**Entries provided:**
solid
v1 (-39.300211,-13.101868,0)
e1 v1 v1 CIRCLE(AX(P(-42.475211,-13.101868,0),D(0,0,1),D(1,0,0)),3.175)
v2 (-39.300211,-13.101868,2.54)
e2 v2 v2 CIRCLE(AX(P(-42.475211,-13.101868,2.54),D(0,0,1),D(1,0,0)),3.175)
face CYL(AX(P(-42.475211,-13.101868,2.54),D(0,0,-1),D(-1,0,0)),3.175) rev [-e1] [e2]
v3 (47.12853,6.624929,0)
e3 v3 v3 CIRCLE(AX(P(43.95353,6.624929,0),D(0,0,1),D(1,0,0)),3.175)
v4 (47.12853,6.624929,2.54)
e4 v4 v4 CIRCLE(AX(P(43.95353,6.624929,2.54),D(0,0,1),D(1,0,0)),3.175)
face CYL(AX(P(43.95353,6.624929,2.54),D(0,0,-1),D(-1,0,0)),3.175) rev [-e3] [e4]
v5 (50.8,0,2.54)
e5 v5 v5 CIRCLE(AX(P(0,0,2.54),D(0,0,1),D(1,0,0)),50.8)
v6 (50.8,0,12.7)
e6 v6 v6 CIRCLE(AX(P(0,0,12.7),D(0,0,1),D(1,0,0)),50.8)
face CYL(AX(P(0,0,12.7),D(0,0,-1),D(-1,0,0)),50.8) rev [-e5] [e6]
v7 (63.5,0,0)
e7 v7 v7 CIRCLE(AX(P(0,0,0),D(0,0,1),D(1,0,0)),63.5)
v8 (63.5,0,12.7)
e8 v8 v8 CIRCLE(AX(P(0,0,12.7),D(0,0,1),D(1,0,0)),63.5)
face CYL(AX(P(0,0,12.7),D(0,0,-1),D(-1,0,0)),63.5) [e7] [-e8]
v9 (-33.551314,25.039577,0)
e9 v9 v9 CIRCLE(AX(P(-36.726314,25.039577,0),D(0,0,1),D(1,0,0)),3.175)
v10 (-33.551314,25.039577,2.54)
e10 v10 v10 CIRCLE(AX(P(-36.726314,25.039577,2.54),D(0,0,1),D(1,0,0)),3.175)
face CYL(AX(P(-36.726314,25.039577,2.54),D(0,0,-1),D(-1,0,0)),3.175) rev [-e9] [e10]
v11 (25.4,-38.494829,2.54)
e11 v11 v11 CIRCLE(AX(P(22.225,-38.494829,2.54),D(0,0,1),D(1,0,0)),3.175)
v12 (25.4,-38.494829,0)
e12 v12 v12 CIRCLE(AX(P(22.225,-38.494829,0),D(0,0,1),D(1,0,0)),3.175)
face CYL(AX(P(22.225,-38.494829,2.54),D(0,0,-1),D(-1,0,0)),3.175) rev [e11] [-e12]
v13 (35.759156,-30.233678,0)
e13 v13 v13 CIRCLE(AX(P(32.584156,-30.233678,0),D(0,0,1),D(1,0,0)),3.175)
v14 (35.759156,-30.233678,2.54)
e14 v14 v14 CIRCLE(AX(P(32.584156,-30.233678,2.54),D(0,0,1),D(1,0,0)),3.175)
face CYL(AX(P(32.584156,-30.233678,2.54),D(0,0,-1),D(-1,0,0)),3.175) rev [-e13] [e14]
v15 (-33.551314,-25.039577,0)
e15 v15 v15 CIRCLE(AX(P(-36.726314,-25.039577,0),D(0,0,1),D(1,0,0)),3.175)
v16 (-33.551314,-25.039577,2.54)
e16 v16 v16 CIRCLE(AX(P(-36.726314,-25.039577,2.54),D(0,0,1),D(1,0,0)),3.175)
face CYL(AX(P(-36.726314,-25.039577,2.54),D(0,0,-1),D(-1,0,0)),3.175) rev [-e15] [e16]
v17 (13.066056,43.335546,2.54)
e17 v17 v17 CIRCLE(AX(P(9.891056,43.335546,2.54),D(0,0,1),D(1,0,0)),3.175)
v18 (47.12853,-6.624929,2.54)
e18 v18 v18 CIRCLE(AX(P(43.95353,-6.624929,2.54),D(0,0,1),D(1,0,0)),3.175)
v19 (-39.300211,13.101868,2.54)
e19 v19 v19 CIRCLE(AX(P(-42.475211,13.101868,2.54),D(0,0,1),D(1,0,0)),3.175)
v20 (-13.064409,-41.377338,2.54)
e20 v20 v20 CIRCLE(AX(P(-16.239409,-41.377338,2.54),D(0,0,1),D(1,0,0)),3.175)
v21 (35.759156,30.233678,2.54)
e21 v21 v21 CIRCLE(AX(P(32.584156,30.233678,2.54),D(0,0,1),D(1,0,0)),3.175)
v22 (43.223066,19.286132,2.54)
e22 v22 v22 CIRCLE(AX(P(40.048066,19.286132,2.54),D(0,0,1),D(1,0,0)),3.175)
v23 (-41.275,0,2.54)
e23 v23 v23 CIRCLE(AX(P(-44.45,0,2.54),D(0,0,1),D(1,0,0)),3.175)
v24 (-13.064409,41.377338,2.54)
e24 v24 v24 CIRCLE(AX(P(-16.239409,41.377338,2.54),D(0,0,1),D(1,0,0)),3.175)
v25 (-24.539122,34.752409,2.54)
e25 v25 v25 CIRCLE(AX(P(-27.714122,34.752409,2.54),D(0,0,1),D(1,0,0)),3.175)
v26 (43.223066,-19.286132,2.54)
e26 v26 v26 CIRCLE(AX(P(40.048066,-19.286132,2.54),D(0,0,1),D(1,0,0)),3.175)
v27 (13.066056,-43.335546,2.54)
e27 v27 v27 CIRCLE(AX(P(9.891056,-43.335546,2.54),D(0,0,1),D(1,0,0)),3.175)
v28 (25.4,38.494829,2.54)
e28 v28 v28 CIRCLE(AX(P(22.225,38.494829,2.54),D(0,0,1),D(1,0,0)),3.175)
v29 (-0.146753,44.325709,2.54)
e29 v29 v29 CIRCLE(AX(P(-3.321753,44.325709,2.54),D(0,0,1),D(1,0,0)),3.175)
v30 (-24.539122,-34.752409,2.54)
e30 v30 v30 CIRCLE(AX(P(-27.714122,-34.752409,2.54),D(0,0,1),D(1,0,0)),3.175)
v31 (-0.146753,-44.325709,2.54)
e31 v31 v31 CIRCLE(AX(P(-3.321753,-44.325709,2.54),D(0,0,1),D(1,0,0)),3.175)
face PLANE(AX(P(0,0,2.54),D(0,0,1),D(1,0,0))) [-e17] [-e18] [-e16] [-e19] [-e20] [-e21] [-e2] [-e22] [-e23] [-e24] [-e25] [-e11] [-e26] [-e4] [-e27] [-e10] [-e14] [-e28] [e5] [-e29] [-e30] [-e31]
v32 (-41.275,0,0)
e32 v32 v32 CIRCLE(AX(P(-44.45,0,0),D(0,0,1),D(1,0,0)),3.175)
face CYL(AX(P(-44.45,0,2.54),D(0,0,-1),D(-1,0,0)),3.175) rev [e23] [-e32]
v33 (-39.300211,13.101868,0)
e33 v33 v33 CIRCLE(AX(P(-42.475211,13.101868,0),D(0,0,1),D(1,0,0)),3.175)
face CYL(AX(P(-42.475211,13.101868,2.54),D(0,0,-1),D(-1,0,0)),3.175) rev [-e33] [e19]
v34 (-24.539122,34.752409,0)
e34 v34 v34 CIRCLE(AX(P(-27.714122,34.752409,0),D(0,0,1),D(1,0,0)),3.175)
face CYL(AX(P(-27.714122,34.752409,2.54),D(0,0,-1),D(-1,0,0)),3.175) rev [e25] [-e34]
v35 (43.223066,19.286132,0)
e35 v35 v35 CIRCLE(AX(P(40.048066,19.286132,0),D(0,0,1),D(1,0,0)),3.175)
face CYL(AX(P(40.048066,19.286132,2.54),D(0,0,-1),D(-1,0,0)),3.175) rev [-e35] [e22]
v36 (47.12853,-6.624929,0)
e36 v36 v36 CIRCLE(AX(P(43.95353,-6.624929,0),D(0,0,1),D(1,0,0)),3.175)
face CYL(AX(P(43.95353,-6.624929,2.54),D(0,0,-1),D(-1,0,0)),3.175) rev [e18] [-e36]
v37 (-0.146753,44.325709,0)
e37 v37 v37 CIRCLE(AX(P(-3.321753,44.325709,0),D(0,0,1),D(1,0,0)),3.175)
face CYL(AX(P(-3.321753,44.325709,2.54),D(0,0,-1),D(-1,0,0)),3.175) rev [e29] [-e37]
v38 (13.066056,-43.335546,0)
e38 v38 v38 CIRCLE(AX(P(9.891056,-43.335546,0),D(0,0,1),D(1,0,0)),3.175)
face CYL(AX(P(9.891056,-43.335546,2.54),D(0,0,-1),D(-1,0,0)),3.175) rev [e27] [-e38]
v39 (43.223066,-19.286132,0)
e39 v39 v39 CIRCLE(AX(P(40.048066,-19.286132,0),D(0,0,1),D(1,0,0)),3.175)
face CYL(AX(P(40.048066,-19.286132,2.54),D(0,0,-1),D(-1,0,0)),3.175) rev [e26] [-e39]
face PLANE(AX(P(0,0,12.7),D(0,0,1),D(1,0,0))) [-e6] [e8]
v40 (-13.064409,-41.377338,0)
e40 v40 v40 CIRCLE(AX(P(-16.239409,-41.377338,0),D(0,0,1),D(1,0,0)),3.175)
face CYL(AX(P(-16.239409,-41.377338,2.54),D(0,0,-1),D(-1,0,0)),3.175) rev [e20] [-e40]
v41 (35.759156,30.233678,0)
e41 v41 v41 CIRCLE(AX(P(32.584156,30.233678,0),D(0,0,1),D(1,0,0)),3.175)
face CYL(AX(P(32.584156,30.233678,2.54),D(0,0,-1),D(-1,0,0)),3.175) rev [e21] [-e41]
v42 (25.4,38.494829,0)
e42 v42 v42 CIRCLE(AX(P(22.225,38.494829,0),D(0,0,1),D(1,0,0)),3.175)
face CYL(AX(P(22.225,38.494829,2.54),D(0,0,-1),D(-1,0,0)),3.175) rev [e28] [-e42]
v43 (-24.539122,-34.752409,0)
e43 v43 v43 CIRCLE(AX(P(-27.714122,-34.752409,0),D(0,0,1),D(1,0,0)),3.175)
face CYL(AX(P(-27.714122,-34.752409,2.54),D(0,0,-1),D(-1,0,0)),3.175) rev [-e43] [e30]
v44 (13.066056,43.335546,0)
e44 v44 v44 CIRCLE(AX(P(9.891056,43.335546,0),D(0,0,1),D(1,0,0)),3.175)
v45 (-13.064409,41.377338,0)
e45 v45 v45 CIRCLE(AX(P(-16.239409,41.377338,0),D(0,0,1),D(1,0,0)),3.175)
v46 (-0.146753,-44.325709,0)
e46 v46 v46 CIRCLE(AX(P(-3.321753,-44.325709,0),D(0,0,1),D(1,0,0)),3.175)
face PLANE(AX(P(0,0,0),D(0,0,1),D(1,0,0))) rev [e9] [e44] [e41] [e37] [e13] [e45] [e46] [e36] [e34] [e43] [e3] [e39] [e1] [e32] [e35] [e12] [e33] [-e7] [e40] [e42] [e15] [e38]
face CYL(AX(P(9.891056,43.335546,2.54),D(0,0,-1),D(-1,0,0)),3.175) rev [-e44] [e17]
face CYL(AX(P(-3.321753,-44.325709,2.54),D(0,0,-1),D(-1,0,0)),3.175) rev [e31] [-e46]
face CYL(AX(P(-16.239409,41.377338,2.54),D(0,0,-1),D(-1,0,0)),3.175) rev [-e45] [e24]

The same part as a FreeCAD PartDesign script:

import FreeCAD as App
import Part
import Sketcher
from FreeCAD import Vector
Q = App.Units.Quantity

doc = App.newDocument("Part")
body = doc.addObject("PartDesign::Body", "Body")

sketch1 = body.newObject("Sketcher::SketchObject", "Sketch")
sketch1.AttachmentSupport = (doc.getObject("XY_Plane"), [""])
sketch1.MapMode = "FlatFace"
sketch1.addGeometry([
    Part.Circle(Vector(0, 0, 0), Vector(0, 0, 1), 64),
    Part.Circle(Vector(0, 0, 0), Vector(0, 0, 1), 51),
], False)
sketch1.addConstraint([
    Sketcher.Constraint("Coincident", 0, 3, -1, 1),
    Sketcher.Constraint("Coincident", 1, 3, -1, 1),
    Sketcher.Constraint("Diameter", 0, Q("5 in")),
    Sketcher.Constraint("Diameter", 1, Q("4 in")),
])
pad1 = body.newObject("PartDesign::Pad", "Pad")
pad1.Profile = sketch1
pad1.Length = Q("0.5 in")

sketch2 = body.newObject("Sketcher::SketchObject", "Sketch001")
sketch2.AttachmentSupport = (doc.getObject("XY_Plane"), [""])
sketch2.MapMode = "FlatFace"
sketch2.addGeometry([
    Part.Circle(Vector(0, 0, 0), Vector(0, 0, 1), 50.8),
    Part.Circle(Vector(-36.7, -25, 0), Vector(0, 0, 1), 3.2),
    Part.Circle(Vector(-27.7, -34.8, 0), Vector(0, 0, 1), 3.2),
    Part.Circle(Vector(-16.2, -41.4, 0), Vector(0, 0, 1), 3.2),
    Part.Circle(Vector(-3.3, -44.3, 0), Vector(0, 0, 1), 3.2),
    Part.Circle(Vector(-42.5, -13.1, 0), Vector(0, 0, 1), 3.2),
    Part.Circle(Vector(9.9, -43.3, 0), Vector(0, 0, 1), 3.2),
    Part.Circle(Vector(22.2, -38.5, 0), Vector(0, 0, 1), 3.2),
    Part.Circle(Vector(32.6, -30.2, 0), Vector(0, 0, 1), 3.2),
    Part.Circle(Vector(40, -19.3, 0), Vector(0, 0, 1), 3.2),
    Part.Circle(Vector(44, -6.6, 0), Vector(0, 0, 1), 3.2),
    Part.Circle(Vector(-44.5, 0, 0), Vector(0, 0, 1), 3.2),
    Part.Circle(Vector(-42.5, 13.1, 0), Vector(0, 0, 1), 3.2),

**Problem details:** In the listing above, the lines from the one containing "v46 (-0.146753,-44.325709,0)" through the one containing "The same part" must be set down exactly, with no other lines.

**Result below:**
v46 (-0.146753,-44.325709,0)
e46 v46 v46 CIRCLE(AX(P(-3.321753,-44.325709,0),D(0,0,1),D(1,0,0)),3.175)
face PLANE(AX(P(0,0,0),D(0,0,1),D(1,0,0))) rev [e9] [e44] [e41] [e37] [e13] [e45] [e46] [e36] [e34] [e43] [e3] [e39] [e1] [e32] [e35] [e12] [e33] [-e7] [e40] [e42] [e15] [e38]
face CYL(AX(P(9.891056,43.335546,2.54),D(0,0,-1),D(-1,0,0)),3.175) rev [-e44] [e17]
face CYL(AX(P(-3.321753,-44.325709,2.54),D(0,0,-1),D(-1,0,0)),3.175) rev [e31] [-e46]
face CYL(AX(P(-16.239409,41.377338,2.54),D(0,0,-1),D(-1,0,0)),3.175) rev [-e45] [e24]

The same part as a FreeCAD PartDesign script:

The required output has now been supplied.